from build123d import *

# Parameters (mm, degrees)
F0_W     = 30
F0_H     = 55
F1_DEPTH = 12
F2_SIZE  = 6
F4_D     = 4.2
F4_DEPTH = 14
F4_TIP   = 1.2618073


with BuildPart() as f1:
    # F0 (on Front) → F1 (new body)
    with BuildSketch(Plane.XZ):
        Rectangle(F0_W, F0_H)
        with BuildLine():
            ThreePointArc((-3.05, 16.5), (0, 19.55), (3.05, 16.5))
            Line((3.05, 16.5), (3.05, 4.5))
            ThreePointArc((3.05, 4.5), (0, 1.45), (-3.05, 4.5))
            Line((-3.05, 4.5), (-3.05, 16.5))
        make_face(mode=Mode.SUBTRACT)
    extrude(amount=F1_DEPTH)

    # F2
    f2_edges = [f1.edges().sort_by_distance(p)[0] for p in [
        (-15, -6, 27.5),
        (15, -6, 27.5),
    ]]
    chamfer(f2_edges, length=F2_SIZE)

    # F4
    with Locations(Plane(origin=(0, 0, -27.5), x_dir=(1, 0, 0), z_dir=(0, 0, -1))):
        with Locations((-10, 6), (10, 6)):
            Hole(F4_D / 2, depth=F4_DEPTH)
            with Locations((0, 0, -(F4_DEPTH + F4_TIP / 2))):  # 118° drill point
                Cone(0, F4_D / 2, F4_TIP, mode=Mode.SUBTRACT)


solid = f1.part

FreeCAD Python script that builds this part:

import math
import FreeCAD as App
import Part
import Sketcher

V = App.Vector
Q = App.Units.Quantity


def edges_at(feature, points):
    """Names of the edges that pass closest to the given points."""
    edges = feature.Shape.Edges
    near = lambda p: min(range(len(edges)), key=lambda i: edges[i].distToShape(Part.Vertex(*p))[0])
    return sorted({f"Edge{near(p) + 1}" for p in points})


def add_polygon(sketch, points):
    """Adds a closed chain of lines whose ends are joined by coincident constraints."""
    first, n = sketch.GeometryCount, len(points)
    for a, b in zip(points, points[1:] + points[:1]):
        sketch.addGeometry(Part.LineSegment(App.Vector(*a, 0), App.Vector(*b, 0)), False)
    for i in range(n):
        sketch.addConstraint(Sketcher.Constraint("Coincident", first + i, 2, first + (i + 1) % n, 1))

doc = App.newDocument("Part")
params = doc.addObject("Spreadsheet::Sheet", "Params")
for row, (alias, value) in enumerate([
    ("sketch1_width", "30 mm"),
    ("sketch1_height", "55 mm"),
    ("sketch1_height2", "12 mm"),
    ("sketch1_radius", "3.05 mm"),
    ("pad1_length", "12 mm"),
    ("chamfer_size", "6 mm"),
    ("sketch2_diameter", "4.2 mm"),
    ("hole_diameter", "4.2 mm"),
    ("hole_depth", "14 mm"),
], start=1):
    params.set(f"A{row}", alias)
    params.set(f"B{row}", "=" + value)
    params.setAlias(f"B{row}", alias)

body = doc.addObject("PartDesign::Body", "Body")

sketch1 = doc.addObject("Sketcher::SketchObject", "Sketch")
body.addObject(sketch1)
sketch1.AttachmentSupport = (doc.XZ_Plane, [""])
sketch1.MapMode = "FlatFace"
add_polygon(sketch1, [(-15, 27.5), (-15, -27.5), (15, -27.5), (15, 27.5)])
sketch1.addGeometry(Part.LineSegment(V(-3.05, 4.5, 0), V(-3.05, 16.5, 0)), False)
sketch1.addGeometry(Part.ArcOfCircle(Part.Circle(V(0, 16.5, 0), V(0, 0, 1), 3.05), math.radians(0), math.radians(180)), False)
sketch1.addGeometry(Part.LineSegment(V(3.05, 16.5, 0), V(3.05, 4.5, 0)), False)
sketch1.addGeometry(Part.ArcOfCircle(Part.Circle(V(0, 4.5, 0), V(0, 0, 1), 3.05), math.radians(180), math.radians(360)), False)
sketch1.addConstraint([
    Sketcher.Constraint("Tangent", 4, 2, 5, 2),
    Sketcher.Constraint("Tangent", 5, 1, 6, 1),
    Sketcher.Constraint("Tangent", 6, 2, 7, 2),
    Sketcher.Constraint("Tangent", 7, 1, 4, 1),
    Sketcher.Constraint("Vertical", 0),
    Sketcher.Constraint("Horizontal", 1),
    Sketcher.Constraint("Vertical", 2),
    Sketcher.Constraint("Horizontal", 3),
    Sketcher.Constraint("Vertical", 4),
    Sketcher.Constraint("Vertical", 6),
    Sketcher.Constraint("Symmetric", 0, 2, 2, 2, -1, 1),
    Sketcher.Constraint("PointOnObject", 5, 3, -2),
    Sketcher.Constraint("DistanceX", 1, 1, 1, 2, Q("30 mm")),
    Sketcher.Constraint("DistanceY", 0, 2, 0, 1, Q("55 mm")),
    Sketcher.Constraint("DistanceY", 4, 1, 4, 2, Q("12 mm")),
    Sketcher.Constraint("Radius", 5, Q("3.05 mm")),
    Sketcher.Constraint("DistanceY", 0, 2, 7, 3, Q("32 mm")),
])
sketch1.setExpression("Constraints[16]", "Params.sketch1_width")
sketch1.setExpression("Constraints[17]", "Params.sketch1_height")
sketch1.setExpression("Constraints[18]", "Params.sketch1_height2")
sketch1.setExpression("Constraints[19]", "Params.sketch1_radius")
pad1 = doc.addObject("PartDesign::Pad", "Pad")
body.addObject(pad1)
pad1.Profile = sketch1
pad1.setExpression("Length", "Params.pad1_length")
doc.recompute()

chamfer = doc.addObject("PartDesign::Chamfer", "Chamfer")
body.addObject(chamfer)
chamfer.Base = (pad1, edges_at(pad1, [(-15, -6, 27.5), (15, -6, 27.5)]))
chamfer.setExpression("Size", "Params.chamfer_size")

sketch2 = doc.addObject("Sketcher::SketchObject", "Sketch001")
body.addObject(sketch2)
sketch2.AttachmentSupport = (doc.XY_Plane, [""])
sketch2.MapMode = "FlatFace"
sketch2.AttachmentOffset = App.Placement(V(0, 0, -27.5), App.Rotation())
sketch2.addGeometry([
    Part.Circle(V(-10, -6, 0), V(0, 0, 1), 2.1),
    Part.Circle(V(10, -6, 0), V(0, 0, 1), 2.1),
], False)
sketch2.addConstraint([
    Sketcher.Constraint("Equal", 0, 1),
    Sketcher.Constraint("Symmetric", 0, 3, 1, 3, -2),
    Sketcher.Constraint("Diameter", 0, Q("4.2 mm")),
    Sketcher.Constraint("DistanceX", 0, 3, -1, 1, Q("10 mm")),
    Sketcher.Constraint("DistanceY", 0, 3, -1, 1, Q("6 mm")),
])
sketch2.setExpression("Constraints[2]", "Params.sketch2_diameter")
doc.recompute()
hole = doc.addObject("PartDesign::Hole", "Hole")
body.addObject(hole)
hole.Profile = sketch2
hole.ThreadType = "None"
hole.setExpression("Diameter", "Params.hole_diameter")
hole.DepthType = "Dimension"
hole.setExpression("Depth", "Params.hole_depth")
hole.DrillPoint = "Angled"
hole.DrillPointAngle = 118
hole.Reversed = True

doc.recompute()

* * *

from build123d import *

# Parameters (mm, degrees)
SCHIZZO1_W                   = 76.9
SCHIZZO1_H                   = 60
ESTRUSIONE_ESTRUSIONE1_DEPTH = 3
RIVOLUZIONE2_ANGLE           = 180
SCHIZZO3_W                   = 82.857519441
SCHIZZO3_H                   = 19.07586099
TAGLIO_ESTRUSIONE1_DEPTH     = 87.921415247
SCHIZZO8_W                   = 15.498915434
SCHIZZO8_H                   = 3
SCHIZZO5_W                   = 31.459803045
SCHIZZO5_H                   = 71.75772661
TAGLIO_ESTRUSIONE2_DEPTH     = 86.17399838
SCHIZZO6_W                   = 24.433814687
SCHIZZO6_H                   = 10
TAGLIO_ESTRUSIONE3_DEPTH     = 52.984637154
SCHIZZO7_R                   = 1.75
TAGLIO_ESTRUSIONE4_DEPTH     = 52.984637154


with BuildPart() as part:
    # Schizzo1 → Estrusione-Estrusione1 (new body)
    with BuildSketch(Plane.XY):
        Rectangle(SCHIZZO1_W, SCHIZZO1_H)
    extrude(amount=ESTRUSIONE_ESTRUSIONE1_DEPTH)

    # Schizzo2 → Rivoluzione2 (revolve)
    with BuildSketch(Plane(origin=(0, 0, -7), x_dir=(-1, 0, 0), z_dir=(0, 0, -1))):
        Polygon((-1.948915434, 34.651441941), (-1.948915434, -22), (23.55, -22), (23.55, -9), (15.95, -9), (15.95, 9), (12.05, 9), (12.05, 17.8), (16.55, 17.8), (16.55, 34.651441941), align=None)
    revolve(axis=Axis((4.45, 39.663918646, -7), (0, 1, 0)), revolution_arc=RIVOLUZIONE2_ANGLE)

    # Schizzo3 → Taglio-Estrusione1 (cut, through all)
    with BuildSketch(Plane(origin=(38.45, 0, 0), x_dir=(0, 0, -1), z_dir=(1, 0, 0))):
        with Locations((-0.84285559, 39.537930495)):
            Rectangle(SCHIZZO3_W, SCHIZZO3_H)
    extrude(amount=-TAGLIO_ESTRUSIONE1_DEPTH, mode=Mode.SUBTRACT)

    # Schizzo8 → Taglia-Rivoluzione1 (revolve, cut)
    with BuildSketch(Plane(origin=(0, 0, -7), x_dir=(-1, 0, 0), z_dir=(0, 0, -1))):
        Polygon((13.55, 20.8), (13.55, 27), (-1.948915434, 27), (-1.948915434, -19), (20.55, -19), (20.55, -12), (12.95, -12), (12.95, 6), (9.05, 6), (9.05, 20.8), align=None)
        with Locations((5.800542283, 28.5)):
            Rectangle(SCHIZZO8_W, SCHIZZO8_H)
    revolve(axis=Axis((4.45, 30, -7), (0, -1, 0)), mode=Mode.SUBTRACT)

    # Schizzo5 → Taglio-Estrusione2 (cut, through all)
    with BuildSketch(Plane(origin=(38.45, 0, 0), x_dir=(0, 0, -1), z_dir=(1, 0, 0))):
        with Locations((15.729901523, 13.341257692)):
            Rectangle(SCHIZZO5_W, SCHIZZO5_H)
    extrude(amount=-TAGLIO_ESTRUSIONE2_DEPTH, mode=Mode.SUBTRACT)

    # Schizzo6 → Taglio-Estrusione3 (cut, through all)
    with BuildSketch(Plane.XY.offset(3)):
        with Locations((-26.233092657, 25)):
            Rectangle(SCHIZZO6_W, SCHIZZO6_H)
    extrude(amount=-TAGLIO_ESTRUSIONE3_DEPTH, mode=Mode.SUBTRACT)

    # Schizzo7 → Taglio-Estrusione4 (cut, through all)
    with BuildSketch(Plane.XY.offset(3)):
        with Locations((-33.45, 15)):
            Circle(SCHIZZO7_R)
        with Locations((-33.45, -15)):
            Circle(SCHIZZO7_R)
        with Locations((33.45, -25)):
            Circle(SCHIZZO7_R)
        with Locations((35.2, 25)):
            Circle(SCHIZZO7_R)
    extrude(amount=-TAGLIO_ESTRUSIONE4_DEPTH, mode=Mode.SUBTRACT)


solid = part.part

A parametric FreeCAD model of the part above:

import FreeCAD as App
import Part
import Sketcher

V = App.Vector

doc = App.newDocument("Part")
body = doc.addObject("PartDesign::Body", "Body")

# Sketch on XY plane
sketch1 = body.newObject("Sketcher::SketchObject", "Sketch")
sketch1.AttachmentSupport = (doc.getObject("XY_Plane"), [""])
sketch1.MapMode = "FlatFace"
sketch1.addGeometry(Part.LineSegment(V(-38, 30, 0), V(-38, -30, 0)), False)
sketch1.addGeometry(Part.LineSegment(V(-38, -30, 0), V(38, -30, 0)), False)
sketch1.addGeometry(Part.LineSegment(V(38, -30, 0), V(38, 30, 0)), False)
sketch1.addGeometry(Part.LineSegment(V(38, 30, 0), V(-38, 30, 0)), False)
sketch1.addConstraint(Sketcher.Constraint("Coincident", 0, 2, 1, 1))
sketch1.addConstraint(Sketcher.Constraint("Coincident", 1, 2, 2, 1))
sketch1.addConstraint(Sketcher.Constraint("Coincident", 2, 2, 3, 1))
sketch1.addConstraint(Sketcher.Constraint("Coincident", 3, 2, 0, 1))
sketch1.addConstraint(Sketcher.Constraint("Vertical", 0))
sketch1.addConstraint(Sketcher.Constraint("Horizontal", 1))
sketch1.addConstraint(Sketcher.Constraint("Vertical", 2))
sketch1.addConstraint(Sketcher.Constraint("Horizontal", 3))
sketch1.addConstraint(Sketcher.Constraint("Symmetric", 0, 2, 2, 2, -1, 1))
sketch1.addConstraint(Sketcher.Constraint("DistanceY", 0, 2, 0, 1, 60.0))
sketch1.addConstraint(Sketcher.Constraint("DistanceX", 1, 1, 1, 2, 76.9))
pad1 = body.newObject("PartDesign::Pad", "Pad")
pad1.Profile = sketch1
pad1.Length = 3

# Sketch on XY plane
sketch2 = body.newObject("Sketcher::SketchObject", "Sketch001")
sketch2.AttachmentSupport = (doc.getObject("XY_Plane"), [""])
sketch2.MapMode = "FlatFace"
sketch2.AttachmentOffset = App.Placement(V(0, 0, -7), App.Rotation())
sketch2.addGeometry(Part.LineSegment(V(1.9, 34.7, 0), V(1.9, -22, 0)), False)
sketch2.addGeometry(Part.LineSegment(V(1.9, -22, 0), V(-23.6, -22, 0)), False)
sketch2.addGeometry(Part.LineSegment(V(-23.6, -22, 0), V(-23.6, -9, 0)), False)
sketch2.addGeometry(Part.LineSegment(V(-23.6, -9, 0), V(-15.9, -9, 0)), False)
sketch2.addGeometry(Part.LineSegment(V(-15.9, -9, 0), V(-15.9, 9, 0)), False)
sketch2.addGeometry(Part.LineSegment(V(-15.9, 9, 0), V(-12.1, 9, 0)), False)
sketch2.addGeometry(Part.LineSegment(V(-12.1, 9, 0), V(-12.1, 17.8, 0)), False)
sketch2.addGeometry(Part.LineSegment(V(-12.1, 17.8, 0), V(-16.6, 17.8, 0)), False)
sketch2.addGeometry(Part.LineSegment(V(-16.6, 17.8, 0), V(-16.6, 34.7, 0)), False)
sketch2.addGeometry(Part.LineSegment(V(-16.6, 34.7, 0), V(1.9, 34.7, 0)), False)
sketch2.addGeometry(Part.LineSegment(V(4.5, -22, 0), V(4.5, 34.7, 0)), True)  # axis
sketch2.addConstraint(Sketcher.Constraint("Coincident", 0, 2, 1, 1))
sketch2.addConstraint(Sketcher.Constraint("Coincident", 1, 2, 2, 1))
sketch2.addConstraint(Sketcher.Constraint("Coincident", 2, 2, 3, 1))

ASSIGNED TASK - Copy out every line of the listing where the word "amount" occurs.

EXERCISE OUTPUT -
    extrude(amount=F1_DEPTH)
    extrude(amount=ESTRUSIONE_ESTRUSIONE1_DEPTH)
    extrude(amount=-TAGLIO_ESTRUSIONE1_DEPTH, mode=Mode.SUBTRACT)
    extrude(amount=-TAGLIO_ESTRUSIONE2_DEPTH, mode=Mode.SUBTRACT)
    extrude(amount=-TAGLIO_ESTRUSIONE3_DEPTH, mode=Mode.SUBTRACT)
    extrude(amount=-TAGLIO_ESTRUSIONE4_DEPTH, mode=Mode.SUBTRACT)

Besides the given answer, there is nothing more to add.